張靜初目送二人離去,會心一笑。本以爲弄不好想要出去就隻能越獄了,不曾想會有這等變故。更讓他感到意外的是昨日那熱心相助的晴兒姑娘竟然是知府之女,而且還對他有愛慕之意。
他雖長的還算英俊,卻由于常年走林翻山,風吹日曬,成就了一身古銅色的肌膚,棱角分明的臉頰上也帶有幾絲滄桑,一點不似那吟詩作對,佩劍搖扇的文人士子,怎的就會讓晴兒姑娘這樣的官宦子女心生愛慕呢?
一念至此,張靜初的心海又泛起微微波瀾,驚得他急忙持禮輕念阿彌陀佛。不行,漂亮女子太過厲害,以後還是躲遠些好。
懷慶街,陸府府邸正堂,有一立四坐五人正喝着酒,相談甚歡。一年輕男子左手持壺給自己斟了一杯酒,然後雙手舉杯朝着一中年男人說道:“陸叔叔,多謝您此次出手幫忙,侄兒敬你一杯。”

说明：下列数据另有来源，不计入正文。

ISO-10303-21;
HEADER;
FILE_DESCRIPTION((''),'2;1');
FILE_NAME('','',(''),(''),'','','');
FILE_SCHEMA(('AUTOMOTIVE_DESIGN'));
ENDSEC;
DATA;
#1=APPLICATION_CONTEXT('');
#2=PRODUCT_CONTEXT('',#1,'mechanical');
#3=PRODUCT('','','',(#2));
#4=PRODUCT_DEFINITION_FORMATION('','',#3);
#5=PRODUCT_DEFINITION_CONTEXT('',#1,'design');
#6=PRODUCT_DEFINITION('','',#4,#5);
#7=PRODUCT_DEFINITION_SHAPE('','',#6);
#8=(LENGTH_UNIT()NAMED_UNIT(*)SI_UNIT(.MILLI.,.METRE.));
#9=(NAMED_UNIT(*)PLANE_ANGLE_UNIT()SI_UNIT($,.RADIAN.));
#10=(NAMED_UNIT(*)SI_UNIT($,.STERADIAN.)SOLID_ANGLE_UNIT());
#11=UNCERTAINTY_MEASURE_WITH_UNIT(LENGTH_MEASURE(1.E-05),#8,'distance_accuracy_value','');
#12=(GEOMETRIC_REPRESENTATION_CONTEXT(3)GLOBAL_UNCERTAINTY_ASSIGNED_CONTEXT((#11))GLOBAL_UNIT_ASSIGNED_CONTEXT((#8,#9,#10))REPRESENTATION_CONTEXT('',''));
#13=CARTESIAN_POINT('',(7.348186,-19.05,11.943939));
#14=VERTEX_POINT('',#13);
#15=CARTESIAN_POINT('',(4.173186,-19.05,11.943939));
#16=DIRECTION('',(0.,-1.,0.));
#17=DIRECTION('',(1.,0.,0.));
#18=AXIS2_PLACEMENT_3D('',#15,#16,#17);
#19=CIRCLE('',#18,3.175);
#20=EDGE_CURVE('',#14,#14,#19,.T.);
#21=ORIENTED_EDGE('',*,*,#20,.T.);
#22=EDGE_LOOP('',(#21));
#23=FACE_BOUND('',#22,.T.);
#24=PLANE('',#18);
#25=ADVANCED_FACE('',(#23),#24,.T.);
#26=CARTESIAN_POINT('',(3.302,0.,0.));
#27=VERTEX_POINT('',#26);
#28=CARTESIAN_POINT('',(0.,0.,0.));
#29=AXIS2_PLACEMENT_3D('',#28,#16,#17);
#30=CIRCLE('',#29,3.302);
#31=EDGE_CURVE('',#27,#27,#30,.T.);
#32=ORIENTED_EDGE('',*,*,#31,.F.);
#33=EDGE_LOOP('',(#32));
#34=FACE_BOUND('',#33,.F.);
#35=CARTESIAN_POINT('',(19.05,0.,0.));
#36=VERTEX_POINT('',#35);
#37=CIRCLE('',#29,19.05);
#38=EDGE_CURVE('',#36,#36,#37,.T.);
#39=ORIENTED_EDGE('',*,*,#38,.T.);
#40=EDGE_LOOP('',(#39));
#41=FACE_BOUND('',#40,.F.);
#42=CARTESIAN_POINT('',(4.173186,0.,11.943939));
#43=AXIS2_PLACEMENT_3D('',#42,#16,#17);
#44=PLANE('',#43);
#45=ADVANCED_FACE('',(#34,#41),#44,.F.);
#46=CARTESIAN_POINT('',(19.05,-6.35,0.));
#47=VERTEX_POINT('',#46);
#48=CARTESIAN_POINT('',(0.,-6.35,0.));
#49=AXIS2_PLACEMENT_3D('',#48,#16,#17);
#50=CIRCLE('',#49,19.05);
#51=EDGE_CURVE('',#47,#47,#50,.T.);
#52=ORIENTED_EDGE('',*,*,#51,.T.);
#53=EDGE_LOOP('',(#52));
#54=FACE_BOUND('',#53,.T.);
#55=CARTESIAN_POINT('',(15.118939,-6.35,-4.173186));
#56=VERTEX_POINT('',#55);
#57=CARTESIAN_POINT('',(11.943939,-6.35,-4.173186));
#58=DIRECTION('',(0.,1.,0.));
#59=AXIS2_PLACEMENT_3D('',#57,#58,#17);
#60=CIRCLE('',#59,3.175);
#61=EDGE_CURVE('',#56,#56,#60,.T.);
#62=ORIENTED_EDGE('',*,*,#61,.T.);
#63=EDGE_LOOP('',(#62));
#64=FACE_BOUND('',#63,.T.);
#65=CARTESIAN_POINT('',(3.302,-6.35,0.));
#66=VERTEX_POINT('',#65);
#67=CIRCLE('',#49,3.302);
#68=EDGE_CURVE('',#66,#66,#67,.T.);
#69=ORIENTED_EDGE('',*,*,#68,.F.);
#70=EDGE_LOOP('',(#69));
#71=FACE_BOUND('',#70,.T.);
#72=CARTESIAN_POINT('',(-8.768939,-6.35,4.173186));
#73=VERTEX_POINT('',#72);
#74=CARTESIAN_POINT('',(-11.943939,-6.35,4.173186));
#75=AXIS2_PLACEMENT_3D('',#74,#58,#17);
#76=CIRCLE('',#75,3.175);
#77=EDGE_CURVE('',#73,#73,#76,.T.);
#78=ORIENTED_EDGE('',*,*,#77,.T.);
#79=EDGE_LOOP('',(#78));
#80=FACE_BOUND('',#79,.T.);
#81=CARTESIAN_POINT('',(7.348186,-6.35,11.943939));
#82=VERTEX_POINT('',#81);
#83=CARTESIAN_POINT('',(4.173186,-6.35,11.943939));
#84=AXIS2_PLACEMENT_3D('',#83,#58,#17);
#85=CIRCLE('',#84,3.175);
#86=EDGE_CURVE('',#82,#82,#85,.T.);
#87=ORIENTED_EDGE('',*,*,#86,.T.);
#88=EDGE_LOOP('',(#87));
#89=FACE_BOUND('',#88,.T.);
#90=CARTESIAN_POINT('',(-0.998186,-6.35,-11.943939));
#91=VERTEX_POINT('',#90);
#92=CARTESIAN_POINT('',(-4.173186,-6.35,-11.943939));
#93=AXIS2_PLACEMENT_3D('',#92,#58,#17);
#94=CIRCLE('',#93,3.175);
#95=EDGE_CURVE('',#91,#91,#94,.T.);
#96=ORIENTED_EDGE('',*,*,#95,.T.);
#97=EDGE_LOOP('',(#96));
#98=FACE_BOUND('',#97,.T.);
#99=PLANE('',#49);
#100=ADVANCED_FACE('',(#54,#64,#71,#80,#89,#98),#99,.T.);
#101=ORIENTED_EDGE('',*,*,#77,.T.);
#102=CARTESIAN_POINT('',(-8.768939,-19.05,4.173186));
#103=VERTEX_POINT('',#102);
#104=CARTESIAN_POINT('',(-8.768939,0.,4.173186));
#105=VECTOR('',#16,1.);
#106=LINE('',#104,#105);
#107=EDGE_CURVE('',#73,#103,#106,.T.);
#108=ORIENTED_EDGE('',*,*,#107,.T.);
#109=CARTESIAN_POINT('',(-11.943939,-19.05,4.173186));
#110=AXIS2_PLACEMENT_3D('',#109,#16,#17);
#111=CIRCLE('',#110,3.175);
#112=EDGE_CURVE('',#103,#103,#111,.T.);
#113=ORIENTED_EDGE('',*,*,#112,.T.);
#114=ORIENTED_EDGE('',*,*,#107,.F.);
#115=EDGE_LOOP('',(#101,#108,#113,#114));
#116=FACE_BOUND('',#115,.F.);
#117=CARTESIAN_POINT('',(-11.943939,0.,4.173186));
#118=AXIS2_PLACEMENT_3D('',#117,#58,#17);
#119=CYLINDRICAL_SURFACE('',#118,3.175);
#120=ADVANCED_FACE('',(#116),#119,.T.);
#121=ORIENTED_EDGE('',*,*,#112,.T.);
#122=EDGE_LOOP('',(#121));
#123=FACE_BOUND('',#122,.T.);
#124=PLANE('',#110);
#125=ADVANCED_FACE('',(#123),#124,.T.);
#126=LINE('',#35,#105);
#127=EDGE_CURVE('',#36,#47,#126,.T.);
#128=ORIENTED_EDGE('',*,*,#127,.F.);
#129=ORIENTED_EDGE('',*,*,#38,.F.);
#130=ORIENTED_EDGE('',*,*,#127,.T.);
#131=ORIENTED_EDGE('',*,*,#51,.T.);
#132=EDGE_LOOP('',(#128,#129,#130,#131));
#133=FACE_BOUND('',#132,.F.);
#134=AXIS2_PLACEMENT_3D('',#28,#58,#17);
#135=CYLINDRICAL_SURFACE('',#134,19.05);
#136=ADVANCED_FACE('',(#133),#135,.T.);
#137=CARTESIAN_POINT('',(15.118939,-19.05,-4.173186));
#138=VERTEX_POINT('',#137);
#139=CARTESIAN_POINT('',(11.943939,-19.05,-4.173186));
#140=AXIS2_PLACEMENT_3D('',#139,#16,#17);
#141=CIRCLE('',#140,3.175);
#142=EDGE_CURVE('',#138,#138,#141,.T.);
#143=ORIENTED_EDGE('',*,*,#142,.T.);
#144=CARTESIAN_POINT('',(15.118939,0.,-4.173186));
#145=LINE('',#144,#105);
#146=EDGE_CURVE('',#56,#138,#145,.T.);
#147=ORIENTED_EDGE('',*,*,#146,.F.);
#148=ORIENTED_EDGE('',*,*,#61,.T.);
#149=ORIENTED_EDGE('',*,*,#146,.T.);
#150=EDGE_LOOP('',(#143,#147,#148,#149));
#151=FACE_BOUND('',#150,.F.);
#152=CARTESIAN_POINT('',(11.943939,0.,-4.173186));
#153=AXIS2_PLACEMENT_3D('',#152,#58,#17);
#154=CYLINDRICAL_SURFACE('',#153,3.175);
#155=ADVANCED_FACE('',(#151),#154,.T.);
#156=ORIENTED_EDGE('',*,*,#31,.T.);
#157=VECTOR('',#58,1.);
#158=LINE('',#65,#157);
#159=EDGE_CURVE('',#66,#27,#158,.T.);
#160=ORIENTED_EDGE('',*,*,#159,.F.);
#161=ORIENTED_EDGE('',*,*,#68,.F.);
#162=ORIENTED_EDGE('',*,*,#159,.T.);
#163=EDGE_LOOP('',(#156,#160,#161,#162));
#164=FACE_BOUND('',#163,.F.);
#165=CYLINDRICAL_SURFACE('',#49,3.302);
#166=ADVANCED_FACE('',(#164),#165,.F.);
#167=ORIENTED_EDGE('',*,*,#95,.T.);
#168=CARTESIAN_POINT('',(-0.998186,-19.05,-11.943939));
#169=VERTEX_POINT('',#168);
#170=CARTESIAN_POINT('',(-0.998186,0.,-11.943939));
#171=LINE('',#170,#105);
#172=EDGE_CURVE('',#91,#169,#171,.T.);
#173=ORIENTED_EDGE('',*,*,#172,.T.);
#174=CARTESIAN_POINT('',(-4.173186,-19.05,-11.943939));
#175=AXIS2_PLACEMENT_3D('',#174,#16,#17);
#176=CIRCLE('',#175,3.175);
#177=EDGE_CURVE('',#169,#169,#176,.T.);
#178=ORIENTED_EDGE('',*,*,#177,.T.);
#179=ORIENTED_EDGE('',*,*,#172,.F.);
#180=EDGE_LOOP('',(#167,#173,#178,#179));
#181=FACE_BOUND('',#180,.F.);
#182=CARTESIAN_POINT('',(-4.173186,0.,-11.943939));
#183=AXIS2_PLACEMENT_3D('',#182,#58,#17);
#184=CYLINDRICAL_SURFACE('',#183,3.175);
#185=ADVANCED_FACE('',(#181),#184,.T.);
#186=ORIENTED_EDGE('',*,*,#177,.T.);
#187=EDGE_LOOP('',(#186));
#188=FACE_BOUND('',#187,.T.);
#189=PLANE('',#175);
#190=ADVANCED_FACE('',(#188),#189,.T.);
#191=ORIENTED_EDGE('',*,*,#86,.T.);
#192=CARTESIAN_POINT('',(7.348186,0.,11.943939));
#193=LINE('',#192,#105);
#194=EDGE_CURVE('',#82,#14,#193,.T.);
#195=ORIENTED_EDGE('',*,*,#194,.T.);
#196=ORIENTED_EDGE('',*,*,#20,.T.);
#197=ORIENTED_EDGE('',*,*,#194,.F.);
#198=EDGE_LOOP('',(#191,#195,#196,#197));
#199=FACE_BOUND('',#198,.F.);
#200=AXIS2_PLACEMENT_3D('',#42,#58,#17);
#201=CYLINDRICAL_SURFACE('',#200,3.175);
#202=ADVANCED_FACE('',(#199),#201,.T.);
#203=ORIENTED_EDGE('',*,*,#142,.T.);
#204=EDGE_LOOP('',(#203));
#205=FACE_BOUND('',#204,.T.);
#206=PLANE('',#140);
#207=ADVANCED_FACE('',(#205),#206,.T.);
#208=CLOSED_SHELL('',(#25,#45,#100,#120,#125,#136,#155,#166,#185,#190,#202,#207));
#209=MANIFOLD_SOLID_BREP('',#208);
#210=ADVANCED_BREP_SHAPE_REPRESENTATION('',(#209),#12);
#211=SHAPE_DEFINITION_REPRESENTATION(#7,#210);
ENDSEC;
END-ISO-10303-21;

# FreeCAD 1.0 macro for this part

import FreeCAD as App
import Part
import Sketcher

V = App.Vector
Q = App.Units.Quantity

doc = App.newDocument("Part")
params = doc.addObject("Spreadsheet::Sheet", "Params")
for row, (alias, value) in enumerate([
    ("sketch1_diameter", "1.5 in"),
    ("pad1_length", "0.25 in"),
    ("sketch2_diameter", "0.25 in"),
    ("pad2_length", "0.75 in"),
    ("sketch3_diameter", "0.26 in"),
    ("pocket1_length", "1 in"),
], start=1):
    params.set(f"A{row}", alias)
    params.set(f"B{row}", "=" + value)
    params.setAlias(f"B{row}", alias)

body = doc.addObject("PartDesign::Body", "Body")

sketch1 = doc.addObject("Sketcher::SketchObject", "Sketch")
body.addObject(sketch1)
sketch1.AttachmentSupport = (doc.XZ_Plane, [""])
sketch1.MapMode = "FlatFace"
sketch1.addGeometry(Part.Circle(V(0, 0, 0), V(0, 0, 1), 19), False)
sketch1.addConstraint(Sketcher.Constraint("Coincident", 0, 3, -1, 1))
sketch1.addConstraint(Sketcher.Constraint("Diameter", 0, Q("1.5 in")))
sketch1.setExpression("Constraints[1]", "Params.sketch1_diameter")
pad1 = doc.addObject("PartDesign::Pad", "Pad")
body.addObject(pad1)
pad1.Profile = sketch1
pad1.setExpression("Length", "Params.pad1_length")

sketch2 = doc.addObject("Sketcher::SketchObject", "Sketch001")
body.addObject(sketch2)
sketch2.AttachmentSupport = (doc.XZ_Plane, [""])
sketch2.MapMode = "FlatFace"
sketch2.addGeometry(Part.Circle(V(4.2, 11.9, 0), V(0, 0, 1), 3.2), False)
sketch2.addGeometry(Part.Circle(V(-11.9, 4.2, 0), V(0, 0, 1), 3.2), False)
sketch2.addGeometry(Part.Circle(V(-4.2, -11.9, 0), V(0, 0, 1), 3.2), False)
sketch2.addGeometry(Part.Circle(V(11.9, -4.2, 0), V(0, 0, 1), 3.2), False)
sketch2.addConstraint(Sketcher.Constraint("Equal", 0, 1))
sketch2.addConstraint(Sketcher.Constraint("Equal", 1, 2))
sketch2.addConstraint(Sketcher.Constraint("Equal", 2, 3))
sketch2.addConstraint(Sketcher.Constraint("Symmetric", 0, 3, 2, 3, -1, 1))
sketch2.addConstraint(Sketcher.Constraint("Symmetric", 1, 3, 3, 3, -1, 1))
sketch2.addConstraint(Sketcher.Constraint("Diameter", 0, Q("0.25 in")))
sketch2.addConstraint(Sketcher.Constraint("DistanceY", -1, 1, 0, 3, Q("11.943939 mm")))
sketch2.addConstraint(Sketcher.Constraint("DistanceX", 1, 3, -1, 1, Q("11.943939 mm")))
sketch2.addConstraint(Sketcher.Constraint("DistanceX", -1, 1, 0, 3, Q("4.173186 mm")))
sketch2.addConstraint(Sketcher.Constraint("DistanceY", -1, 1, 1, 3, Q("4.173186 mm")))
sketch2.setExpression("Constraints[5]", "Params.sketch2_diameter")
pad2 = doc.addObject("PartDesign::Pad", "Pad001")
body.addObject(pad2)
pad2.Profile = sketch2
pad2.setExpression("Length", "Params.pad2_length")

sketch3 = doc.addObject("Sketcher::SketchObject", "Sketch002")
body.addObject(sketch3)
sketch3.AttachmentSupport = (doc.XZ_Plane, [""])
sketch3.MapMode = "FlatFace"
sketch3.AttachmentOffset = App.Placement(V(0, 0, 0.25 * 25.4), App.Rotation())
sketch3.addGeometry(Part.Circle(V(0, 0, 0), V(0, 0, 1), 3.3), False)
sketch3.addConstraint(Sketcher.Constraint("Coincident", 0, 3, -1, 1))
sketch3.addConstraint(Sketcher.Constraint("Diameter", 0, Q("0.26 in")))
sketch3.setExpression("Constraints[1]", "Params.sketch3_diameter")
pocket1 = doc.addObject("PartDesign::Pocket", "Pocket")
body.addObject(pocket1)
pocket1.Profile = sketch3
pocket1.setExpression("Length", "Params.pocket1_length")

doc.recompute()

中年男人聞言哈哈一笑,端起一杯酒說道:“趙坤侄兒客氣啦,這等小事何足挂齒啊。”這時坤兒身旁一個威嚴的男人說道:“陸兄莫要自謙,此事可不簡單啊?”
陸長青還未言語,身旁那位枯瘦陰翳的老人倒是開口說道:“趙甯城,那外來的小子真有你說的那麽厲害?”趙甯城哈哈一笑,絲毫不介意那老者直呼姓名。
“吳老哥莫要不信,此事可是由吾兒一隻右手換來的。”老者不屑的瞧了趙坤一眼說道:“齊林不過初入明勁,真能瞧出那人的深淺,莫不是爲了落敗找的借口。”
趙坤聞言神色一變,想要發作,卻被趙甯城一眼給瞪了回去,他當然知道齊林不會因此說謊,卻也不會因此就與吳世通交惡。“哈哈,反正那人已經被關入地牢,吳老哥若是不信,等喝完了酒與在下一起去瞧上一瞧。”
吳世通輕聲冷哼,“地牢那種肮髒的地方我才懶得去。”說罷閉口不言。他知道齊林所說不假,也就自然不會去确認什麽,之所故意爲難,不過是想惡心一下趙甯城,以此來報當年戰敗之仇。他與趙甯城心知肚明,隻不過現在是一根繩上螞蚱,不會就此說開罷了。
趙甯城一笑,也舉杯對着陸長青身後站着的人說道:“鄭捕頭,今日多謝你出手幫忙啊,在下也敬你一杯。”
鄭捕頭受寵若驚,急忙躬身說道:“趙幫主太客氣啦,小的哪當的起您敬酒啊。”趙甯城搖搖頭,“不妨不妨。”
陸長青見狀也勸說道:“鄭捕頭,既然趙幫主誠心敬酒,你就接着吧。”鄭捕頭聞言一愣,也隻好點頭恭敬的接過酒杯一飲而盡。
陸長青三人你來我往交談甚歡,趙坤喝過一杯酒問道:“陸叔叔,聽着萱兒妹妹今日在家?”陸長青一愣,笑着說道:“萱兒啊,她今日确實在家。”趙坤目光一閃,“數日不見,挺想萱兒妹妹的,侄兒一會兒可否去見見萱兒妹妹。”“不妨,趙坤侄兒自己去就行。”